Powered by WebAds

Sunday, May 13, 2012

Martin Sherman eviscerates Peter Beinart

Martin Sherman counts some of the lies and half truths espoused by Peter Beinart in his debate with Daniel Gordis in New York two weeks ago.
In the opening minutes of his address, Beinart berated the government for assisting in the construction of a cultural center in Kiryat Arba, which he dubbed “one of the most radical and remote settlements in the West Bank.”

Radical? But wasn’t it endorsed by a revered Labor leader, the author of the policy of “territorial concessions,” as a “place to which we have returned never to leave”?

Indeed, wasn’t it David Ben- Gurion who in 1970 declared, “We will make a great and awful mistake if we fail to settle Hebron, neighbor and predecessor of Jerusalem, with a large Jewish settlement, constantly growing and expanding, very soon.”?

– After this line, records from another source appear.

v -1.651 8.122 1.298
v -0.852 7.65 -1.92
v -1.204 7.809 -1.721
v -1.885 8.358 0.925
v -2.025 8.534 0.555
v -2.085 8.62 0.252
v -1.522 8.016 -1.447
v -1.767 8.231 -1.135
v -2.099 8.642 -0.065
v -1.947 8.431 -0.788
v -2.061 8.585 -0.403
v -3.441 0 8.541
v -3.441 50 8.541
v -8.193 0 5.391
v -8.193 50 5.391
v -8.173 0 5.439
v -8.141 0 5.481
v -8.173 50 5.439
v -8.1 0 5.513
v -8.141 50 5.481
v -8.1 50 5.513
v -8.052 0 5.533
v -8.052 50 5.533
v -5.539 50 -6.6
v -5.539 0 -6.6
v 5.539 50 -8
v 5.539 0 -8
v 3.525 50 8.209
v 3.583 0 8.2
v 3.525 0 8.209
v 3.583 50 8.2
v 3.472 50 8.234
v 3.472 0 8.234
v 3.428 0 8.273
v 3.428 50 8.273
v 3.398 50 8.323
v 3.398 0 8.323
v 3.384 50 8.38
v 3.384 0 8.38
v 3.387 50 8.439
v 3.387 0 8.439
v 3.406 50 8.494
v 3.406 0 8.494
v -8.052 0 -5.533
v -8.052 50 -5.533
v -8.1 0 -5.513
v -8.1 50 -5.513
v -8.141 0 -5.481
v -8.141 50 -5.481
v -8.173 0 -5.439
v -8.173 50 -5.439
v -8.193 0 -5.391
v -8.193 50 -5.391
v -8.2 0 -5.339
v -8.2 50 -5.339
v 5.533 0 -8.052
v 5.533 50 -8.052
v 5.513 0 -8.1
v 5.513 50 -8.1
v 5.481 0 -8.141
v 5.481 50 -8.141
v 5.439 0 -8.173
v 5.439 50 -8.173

So what makes Kiryat Arba “radical” – established as it was in the era of Labor-hegemony, years before a Likud-led government was conceivable, in an era when Zionism was presumably still true to its liberal-humanistic principles, allegedly so dear to Beinart’s heart?

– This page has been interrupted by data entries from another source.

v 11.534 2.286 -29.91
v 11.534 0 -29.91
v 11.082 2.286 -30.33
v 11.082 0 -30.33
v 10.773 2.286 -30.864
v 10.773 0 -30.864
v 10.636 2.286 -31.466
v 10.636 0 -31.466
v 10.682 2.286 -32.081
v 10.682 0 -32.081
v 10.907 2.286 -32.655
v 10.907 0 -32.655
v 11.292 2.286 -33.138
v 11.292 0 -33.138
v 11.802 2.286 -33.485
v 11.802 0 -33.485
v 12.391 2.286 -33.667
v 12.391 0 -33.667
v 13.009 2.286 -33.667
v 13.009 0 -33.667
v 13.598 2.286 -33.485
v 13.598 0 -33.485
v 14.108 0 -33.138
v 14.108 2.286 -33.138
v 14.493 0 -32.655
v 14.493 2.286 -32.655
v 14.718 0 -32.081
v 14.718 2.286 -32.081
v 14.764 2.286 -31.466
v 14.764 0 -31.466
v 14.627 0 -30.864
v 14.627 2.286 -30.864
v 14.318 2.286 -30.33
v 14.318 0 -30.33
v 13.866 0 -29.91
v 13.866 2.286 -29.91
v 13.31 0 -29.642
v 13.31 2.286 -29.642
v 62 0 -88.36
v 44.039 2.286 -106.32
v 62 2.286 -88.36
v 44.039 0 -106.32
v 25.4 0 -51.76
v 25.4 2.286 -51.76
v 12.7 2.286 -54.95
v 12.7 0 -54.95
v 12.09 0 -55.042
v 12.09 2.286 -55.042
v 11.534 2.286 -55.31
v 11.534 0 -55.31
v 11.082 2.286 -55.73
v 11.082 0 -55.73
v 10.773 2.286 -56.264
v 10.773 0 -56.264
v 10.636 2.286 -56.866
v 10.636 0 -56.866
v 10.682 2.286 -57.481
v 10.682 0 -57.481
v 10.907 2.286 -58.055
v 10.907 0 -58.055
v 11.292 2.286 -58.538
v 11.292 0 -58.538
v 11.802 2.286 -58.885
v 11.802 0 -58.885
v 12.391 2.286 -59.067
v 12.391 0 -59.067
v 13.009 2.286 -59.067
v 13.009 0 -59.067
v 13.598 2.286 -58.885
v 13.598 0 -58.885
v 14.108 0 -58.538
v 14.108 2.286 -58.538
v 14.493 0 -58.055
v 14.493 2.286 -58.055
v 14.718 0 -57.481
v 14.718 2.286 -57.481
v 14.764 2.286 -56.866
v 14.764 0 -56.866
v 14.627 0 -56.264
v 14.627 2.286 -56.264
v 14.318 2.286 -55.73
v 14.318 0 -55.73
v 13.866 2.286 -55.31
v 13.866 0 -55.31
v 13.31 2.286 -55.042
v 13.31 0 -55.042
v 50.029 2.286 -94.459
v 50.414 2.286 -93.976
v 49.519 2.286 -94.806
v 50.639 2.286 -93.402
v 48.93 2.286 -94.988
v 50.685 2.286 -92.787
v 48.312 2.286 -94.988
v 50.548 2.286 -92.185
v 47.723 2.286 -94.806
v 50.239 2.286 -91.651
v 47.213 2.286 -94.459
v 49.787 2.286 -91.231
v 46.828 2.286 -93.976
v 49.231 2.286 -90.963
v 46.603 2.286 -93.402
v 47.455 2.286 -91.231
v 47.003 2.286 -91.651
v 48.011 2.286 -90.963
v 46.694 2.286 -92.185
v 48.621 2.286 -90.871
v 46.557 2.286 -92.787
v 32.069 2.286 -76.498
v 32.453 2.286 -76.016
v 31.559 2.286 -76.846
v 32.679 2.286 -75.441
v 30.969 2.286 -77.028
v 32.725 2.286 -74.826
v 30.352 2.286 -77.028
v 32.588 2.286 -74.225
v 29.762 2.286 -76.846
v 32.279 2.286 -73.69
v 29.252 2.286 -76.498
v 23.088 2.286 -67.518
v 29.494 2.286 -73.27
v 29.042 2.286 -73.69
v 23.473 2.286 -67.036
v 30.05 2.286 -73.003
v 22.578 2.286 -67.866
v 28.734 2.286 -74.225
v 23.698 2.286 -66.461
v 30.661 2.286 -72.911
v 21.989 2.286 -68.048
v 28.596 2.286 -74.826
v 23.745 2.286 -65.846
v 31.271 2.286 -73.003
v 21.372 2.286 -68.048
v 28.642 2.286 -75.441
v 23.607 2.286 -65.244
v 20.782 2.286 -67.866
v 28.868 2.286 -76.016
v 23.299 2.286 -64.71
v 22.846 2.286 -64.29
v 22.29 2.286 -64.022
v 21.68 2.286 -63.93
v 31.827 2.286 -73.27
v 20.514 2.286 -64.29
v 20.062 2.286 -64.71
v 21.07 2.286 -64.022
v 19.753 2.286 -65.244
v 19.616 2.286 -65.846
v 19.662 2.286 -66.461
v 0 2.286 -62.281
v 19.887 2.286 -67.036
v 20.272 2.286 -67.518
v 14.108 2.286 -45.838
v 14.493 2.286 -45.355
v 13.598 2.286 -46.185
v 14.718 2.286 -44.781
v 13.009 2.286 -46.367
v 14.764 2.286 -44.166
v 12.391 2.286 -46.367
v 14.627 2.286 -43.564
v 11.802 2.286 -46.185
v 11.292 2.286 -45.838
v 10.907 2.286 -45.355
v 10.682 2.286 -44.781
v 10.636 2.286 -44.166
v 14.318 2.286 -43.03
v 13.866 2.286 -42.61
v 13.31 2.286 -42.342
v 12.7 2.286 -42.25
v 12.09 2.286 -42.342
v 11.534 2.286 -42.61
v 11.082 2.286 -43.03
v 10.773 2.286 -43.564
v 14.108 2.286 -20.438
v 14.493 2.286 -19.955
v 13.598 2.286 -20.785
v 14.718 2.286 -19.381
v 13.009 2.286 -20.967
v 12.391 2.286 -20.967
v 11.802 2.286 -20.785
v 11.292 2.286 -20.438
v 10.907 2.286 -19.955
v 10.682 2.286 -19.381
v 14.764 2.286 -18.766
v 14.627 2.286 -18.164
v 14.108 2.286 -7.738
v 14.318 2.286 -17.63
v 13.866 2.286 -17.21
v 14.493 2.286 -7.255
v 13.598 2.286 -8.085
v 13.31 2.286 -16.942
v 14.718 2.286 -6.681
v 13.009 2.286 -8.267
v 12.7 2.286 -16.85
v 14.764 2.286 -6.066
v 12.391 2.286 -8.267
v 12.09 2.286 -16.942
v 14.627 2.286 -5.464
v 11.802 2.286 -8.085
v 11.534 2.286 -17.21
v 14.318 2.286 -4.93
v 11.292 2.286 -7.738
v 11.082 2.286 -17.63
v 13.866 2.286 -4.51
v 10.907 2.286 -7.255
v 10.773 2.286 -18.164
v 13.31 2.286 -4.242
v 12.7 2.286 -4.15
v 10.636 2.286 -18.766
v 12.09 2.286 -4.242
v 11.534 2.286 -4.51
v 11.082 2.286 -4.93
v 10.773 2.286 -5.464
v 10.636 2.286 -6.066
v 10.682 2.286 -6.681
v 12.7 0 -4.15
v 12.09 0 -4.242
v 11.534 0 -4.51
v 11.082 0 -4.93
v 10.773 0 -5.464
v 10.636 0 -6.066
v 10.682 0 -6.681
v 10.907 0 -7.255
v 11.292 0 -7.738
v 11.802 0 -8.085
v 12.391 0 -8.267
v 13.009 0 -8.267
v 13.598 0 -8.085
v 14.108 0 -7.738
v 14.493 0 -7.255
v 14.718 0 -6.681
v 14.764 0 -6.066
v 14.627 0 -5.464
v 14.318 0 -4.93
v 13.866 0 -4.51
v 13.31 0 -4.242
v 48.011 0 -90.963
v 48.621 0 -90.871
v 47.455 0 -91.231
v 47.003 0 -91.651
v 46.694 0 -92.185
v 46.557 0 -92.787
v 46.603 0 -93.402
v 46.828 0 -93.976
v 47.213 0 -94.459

Moreover, what makes it “remote”– barely 24 km. from the Malha shopping mall in Jerusalem, roughly the same distance from London’s Whitechapel to Heathrow Airport – and considerably less than the distance from the US Capitol to Dulles International Airport in Washington? How “remote” is that?

...

Nowhere could the unfortunate audience get the sense that “radical, remote” Kiryat Arba was created under the Labor Party, and situated so close to Israel’s capital that both could easily fit within the confines of many Western cities. Nowhere could they get the sense that the development of the Jewish presence in Hebron was not some deranged initiative of renegade right-wing religious radicals, but a reflection of the vision of the founders of state – even those who embraced the “land-for-peace” formula.

It is thus a great pity that Gordis did not seize the opportunity to rectify this – along with many other contextual lacunae and factual lapses in Beinart’s presentation. After all, as one of participants remarked, she came because “as a Jew invested in Israel, I thought it’d be an opportunity to educate myself.”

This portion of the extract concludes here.